- All Implemented Interfaces:
OptimizationProblem<BitVector>,Problem<BitVector>
The Plateaus problem involves maximizing the following function. Divide the bits of the bit string into four equal sized parts. For each of the four parts, check whether all bits in the segment are equal to a 1, and if so, then that segment contributes 2.5*n to the fitness function, where n is the length of the entire bit string (if there are any 0s in the segment, then that segment doesn't contribute anything to the fitness function). Since there are four segments the optimum occurs when the entire bit string is all 1s, which has a maximum fitness of 10*n. The entire search space only has 5 possible fitness values: 0, 2.5*n, 5*n, 7.5*n, and 10*n.

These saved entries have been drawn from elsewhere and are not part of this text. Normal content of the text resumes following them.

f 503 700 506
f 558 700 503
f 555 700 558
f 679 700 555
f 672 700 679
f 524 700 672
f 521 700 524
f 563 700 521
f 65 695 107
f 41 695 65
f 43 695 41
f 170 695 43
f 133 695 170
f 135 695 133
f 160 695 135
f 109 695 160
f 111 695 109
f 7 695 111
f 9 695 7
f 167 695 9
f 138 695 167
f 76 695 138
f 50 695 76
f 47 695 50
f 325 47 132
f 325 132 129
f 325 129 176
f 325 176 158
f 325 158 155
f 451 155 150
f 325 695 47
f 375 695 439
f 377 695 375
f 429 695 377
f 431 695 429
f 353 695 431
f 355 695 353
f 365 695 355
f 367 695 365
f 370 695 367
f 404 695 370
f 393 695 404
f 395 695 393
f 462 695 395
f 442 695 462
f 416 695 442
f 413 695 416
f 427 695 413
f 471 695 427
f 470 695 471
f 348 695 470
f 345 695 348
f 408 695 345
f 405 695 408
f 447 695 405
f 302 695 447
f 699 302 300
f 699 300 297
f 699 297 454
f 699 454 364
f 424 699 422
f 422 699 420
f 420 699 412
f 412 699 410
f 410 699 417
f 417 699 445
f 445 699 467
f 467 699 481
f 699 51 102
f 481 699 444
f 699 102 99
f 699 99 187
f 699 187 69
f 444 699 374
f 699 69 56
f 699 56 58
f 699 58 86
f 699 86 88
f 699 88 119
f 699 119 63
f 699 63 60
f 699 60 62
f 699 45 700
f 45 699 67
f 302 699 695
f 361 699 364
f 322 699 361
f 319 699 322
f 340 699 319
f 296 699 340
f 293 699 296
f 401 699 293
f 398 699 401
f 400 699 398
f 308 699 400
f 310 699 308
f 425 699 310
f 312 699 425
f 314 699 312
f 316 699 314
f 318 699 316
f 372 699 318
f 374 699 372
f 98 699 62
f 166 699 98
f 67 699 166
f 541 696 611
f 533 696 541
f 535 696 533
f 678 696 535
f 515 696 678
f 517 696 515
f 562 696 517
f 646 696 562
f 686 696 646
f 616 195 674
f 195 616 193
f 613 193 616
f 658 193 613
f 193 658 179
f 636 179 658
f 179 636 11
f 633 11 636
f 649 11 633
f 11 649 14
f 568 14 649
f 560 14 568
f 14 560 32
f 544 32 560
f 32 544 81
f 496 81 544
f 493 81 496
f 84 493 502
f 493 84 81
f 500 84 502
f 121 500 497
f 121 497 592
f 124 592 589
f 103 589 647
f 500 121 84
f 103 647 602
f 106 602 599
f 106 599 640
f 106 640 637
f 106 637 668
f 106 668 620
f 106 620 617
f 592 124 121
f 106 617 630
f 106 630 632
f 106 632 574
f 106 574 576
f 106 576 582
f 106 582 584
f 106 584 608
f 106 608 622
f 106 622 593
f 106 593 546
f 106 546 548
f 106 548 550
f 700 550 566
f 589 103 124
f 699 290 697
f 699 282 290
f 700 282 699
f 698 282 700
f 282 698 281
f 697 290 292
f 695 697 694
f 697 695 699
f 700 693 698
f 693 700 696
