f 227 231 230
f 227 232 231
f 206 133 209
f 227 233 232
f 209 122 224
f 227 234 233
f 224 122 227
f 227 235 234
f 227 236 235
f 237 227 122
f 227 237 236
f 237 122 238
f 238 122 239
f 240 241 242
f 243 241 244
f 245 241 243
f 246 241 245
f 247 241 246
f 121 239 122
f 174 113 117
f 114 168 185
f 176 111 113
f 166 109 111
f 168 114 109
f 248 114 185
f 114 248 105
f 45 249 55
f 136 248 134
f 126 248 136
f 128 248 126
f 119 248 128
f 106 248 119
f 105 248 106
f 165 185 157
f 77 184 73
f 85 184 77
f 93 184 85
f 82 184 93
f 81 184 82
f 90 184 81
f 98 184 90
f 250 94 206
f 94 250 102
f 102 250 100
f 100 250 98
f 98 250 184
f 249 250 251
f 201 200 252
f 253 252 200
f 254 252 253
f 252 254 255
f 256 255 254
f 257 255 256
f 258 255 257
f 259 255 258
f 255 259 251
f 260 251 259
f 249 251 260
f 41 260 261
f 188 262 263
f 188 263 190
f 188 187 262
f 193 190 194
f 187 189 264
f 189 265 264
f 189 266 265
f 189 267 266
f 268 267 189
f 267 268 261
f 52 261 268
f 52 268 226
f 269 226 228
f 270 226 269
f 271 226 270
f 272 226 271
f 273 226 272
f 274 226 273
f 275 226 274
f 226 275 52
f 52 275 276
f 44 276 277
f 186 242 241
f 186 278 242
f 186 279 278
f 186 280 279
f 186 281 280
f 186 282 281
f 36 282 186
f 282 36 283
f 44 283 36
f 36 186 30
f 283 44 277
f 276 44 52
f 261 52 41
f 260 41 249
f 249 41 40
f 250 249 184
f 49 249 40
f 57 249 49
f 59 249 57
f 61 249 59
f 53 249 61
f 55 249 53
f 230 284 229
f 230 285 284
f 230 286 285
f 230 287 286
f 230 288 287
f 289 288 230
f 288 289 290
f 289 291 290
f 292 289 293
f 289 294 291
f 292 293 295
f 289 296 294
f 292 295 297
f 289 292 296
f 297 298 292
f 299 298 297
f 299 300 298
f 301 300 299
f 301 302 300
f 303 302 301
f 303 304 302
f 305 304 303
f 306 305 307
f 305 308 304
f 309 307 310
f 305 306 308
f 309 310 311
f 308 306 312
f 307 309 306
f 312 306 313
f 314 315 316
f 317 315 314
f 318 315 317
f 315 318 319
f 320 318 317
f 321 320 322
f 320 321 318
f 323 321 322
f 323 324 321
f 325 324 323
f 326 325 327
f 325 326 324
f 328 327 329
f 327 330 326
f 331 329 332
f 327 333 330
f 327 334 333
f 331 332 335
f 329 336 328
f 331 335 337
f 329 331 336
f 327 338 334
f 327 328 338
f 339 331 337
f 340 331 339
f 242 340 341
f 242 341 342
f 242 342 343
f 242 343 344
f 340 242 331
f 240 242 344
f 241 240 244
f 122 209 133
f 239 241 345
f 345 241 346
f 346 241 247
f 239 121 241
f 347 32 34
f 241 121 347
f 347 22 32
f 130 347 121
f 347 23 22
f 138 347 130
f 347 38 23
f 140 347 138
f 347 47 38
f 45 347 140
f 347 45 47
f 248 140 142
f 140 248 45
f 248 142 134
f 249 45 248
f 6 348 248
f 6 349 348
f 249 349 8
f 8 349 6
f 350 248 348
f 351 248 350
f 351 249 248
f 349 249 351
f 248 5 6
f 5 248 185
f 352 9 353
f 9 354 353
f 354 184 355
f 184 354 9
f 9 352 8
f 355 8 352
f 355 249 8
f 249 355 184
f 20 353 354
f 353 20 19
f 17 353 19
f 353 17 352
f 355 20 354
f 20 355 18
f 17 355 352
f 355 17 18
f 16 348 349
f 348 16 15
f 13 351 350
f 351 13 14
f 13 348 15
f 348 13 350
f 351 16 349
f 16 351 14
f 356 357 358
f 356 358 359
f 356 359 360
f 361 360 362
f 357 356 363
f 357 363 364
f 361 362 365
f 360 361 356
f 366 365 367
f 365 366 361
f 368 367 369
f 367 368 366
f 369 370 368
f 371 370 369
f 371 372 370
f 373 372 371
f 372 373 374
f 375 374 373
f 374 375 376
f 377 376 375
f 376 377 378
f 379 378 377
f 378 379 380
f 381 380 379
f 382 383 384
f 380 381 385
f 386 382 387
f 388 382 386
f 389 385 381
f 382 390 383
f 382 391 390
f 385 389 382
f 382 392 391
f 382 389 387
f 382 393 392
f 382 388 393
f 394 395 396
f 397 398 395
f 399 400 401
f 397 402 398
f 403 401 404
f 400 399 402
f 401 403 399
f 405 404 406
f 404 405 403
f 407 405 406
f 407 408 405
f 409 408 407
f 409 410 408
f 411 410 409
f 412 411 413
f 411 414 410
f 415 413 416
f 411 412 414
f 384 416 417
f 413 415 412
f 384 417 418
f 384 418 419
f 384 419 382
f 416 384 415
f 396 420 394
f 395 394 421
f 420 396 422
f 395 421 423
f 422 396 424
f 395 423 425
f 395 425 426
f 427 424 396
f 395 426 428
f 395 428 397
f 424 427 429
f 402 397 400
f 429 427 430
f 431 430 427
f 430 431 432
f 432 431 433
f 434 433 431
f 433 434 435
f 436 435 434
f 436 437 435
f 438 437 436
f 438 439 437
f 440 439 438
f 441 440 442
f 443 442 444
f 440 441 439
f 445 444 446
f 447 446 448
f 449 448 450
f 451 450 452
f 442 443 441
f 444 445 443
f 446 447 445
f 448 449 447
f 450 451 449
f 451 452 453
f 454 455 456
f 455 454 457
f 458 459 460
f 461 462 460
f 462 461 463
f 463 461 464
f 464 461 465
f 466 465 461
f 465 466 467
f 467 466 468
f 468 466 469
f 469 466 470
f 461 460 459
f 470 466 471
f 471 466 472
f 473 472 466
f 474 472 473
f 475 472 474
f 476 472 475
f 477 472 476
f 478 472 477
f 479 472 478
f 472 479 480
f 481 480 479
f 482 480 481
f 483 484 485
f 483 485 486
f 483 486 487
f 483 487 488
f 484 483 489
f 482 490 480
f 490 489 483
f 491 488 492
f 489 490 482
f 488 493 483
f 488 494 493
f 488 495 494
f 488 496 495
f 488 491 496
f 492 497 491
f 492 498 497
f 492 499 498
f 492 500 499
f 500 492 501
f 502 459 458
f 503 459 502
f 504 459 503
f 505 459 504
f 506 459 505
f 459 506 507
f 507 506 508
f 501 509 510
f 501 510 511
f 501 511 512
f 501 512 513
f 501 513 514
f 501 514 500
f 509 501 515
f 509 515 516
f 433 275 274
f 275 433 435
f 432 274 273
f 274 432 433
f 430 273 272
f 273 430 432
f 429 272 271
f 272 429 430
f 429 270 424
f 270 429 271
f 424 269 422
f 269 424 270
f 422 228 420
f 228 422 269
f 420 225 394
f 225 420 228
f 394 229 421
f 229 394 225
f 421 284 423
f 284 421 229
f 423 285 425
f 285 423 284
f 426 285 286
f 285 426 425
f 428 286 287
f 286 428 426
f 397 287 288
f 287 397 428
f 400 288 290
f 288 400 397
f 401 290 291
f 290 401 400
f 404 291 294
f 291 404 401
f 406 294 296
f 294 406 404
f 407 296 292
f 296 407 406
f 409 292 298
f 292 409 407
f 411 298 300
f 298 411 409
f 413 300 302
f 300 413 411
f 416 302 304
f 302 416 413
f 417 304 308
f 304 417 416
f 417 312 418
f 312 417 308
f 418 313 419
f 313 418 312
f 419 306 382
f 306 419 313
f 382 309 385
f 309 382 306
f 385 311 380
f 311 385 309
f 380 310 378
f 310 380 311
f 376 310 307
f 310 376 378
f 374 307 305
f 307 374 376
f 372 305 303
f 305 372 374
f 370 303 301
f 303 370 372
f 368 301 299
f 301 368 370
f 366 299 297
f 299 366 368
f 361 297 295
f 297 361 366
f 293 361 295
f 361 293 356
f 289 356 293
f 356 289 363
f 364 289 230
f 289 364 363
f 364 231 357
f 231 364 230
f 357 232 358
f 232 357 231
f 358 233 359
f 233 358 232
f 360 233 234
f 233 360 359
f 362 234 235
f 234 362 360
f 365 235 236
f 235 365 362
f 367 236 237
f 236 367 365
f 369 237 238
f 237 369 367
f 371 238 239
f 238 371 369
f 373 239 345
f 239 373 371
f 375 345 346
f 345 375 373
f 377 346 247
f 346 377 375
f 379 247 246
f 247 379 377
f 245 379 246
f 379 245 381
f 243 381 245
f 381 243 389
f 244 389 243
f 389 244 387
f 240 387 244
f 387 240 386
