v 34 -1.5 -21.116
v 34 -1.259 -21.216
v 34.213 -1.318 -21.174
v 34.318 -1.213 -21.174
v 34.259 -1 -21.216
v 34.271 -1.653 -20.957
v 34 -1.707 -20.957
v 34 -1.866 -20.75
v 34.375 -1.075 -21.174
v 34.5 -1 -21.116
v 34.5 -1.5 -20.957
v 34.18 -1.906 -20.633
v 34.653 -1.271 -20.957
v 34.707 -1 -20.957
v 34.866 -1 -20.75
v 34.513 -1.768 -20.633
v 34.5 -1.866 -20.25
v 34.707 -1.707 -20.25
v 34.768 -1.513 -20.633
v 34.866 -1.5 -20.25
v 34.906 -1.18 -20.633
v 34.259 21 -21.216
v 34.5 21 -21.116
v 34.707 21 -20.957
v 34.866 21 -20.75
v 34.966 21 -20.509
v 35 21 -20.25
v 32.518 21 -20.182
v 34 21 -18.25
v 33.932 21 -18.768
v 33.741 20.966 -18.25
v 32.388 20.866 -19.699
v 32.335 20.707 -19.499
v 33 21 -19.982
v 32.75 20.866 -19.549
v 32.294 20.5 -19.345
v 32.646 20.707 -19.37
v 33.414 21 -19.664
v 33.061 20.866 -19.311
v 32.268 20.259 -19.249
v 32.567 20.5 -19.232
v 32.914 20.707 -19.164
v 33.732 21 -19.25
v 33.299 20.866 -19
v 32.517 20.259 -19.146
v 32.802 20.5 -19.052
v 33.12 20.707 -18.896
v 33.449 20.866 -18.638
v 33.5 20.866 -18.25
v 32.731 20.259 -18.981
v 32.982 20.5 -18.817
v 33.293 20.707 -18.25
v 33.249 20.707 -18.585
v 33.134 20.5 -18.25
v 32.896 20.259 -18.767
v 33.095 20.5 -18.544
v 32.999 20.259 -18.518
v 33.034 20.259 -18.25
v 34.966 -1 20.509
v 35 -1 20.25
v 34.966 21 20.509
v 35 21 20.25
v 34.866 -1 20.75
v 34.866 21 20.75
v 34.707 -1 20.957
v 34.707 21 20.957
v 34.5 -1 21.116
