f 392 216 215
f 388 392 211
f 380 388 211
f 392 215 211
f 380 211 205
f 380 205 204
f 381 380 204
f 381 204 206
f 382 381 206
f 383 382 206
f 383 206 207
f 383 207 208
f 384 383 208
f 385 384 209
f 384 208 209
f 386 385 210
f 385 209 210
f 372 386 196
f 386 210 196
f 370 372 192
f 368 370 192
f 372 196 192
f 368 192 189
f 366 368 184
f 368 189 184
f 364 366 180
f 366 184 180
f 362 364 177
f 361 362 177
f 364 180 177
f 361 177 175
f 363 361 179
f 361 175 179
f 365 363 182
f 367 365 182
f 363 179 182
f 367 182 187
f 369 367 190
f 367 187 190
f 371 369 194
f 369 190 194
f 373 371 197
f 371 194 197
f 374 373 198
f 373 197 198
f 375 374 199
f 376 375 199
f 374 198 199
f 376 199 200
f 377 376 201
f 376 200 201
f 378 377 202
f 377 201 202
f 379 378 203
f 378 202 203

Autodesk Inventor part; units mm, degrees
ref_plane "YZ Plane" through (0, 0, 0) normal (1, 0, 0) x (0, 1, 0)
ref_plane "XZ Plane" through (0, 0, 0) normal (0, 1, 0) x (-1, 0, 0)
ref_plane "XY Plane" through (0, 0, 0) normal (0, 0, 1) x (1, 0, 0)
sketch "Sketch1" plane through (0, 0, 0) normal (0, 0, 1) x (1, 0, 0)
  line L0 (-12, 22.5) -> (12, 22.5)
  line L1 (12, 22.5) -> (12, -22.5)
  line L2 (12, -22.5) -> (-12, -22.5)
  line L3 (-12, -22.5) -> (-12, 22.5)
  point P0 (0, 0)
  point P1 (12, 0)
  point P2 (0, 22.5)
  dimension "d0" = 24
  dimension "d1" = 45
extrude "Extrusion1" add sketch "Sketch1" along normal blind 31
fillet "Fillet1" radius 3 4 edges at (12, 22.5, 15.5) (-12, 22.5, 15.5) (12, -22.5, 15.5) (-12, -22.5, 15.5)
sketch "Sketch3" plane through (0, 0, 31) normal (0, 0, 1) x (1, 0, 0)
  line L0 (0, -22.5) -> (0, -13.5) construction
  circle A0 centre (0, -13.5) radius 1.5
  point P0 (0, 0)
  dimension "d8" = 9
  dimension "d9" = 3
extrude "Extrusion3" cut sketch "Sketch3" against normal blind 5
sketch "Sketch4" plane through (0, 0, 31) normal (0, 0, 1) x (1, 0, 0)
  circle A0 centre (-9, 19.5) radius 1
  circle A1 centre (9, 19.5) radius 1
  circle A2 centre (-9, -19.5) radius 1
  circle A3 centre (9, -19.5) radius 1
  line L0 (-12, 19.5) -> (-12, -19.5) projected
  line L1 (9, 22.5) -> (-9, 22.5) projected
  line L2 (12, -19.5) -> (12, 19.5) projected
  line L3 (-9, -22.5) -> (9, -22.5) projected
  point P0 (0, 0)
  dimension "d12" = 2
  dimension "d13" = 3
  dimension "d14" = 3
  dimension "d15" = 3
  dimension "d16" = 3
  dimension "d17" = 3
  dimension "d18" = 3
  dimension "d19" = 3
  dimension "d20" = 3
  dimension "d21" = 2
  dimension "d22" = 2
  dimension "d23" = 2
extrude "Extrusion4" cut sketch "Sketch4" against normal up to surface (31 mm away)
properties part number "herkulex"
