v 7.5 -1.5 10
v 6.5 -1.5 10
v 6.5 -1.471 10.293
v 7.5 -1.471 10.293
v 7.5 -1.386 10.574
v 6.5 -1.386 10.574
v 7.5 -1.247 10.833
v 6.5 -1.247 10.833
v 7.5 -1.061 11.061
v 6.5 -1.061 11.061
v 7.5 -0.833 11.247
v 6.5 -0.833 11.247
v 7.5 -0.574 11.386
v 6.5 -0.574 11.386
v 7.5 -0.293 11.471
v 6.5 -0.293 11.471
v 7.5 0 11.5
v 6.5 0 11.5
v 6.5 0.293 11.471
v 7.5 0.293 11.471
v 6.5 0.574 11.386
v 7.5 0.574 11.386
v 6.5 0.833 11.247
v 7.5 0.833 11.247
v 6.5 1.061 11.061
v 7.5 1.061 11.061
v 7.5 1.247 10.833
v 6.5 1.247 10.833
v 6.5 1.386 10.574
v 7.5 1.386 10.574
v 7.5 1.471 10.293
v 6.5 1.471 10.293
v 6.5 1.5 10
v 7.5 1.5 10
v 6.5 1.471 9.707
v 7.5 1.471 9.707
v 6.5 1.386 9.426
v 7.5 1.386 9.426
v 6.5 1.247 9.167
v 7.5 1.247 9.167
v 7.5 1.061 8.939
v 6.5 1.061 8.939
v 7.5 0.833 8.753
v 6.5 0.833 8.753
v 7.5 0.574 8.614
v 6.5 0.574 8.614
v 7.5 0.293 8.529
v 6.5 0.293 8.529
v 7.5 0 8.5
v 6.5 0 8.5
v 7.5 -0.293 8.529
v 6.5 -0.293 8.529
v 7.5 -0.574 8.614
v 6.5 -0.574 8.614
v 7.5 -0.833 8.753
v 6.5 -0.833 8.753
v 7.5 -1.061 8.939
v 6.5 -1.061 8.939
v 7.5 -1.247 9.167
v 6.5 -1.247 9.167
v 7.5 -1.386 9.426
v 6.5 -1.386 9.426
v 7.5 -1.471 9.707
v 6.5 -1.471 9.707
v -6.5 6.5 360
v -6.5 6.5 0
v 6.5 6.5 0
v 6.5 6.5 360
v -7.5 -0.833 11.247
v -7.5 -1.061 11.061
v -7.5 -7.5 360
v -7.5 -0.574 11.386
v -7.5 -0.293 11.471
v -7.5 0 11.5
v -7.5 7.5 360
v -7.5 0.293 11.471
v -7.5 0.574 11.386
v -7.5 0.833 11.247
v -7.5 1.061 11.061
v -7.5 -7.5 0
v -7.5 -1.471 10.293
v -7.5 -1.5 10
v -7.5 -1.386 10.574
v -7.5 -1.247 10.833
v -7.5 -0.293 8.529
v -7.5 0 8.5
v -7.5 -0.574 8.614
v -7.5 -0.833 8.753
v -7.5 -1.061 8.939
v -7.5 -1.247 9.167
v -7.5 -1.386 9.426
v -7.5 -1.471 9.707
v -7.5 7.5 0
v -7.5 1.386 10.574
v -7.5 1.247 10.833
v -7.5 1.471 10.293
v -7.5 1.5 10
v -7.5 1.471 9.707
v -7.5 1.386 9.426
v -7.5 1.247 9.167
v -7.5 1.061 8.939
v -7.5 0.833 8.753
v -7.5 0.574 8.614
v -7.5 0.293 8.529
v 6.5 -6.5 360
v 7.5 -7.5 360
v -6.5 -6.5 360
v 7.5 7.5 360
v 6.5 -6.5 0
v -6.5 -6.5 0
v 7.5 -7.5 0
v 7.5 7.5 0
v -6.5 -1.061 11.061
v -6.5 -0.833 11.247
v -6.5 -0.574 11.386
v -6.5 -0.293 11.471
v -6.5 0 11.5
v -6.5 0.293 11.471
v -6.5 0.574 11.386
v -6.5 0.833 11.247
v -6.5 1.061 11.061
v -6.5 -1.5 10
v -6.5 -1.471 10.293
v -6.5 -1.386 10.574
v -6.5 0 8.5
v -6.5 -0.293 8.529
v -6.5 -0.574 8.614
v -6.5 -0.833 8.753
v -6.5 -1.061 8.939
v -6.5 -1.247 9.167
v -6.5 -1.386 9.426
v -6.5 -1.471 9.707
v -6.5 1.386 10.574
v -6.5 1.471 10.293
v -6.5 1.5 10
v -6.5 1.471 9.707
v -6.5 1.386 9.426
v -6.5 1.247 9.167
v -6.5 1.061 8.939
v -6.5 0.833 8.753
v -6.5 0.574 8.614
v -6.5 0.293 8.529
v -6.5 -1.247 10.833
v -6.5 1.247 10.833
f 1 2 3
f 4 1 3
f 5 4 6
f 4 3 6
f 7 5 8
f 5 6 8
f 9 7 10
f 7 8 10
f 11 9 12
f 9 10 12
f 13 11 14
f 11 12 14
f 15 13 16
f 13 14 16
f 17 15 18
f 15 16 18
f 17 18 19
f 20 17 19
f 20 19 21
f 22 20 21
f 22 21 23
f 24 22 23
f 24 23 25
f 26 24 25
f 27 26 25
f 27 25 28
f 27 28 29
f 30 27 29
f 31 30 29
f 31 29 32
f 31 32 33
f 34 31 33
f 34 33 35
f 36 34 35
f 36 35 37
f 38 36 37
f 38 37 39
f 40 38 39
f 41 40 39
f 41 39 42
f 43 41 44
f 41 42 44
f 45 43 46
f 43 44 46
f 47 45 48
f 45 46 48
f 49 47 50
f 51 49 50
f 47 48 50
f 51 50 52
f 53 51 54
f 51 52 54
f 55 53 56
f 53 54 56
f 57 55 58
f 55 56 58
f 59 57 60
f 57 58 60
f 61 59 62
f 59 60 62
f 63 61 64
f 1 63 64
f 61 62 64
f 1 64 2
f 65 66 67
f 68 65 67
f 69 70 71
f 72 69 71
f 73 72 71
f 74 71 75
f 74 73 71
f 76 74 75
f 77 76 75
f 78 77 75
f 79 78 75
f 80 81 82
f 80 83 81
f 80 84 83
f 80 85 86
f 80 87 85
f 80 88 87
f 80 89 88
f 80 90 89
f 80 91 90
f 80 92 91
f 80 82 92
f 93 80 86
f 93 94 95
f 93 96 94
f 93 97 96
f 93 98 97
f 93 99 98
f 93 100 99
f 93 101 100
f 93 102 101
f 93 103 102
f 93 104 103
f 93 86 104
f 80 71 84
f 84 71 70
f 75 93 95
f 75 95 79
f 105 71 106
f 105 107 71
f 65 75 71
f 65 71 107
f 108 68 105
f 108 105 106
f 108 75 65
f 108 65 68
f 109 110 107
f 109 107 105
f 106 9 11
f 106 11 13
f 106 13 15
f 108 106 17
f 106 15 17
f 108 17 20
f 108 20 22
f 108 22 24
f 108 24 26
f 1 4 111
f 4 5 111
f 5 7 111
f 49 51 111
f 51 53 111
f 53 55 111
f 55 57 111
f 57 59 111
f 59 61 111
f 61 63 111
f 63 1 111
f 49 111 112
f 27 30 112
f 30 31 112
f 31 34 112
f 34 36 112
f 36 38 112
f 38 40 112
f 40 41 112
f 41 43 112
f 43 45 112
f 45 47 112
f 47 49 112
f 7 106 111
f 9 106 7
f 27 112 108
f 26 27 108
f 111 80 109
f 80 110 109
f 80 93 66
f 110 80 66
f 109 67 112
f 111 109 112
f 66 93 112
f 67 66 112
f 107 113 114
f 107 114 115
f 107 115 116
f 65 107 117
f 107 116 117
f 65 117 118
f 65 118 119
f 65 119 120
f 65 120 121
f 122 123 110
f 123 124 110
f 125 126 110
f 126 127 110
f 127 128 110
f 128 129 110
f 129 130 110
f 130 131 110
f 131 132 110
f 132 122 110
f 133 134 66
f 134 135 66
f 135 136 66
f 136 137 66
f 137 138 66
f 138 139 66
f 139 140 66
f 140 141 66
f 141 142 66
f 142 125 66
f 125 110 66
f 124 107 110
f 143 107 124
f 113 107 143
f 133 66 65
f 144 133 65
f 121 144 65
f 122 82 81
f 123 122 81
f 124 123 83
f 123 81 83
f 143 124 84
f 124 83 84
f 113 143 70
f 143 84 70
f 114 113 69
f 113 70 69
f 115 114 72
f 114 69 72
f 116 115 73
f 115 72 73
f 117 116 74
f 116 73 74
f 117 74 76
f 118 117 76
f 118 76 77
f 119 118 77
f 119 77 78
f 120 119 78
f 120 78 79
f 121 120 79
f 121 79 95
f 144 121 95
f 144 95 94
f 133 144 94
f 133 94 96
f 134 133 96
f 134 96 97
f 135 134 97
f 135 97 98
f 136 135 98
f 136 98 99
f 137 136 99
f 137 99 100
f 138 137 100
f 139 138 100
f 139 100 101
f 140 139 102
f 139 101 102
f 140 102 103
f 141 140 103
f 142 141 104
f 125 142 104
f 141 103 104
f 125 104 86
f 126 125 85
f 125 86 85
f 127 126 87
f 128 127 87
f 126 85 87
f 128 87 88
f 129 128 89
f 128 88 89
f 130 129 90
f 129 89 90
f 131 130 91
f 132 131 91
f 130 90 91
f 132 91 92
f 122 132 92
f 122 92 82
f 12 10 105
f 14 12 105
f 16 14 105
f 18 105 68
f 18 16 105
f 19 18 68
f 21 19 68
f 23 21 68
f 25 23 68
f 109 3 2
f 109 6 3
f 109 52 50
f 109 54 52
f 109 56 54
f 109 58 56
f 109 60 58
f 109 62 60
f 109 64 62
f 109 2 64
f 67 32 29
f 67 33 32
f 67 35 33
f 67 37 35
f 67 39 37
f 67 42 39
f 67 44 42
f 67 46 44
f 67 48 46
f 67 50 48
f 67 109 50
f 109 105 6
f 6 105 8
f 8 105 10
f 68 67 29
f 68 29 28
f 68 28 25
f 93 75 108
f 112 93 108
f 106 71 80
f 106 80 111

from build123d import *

# Parameters (mm, degrees)
SKETCH_1_W          = 15
SKETCH_1_H          = 15
SKETCH_1_W_2        = 13
SKETCH_1_H_2        = 13
EXTRUDE_1_DEPTH     = 360
SKETCH_2_R          = 1.5
CUT_EXTRUDE_1_DEPTH = 25


with BuildPart() as part:
    # 草图1 → 凸台-拉伸1 (new body)
    with BuildSketch(Plane.XY):
        Rectangle(SKETCH_1_W, SKETCH_1_H)
        Rectangle(SKETCH_1_W_2, SKETCH_1_H_2, mode=Mode.SUBTRACT)
    extrude(amount=EXTRUDE_1_DEPTH)

    # 草图2 → 切除-拉伸1 (cut)
    with BuildSketch(Plane.ZY.offset(7.5)):
        with Locations(Location((10, 0, 0), (0, 0, 270))):
            Circle(SKETCH_2_R)
    extrude(amount=-CUT_EXTRUDE_1_DEPTH, mode=Mode.SUBTRACT)


solid = part.part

The value method implements the original maximization version of the Plateaus
problem, as described above. The algorithms of the Chips-n-Salsa library are defined for
minimization, requiring a cost function. The cost method implements the equivalent
as the following minimization problem: minimize cost(x) = 10*n - f(x), where f(x) is the Plateaus
function as defined above. The global optima is still all 1-bits, which has a cost equal to 0.
The Plateaus problem was introduced by David Ackley in the following paper:
David H. Ackley. An empirical study of bit vector function optimization. Genetic Algorithms and
Simulated Annealing, pages 170-204, 1987.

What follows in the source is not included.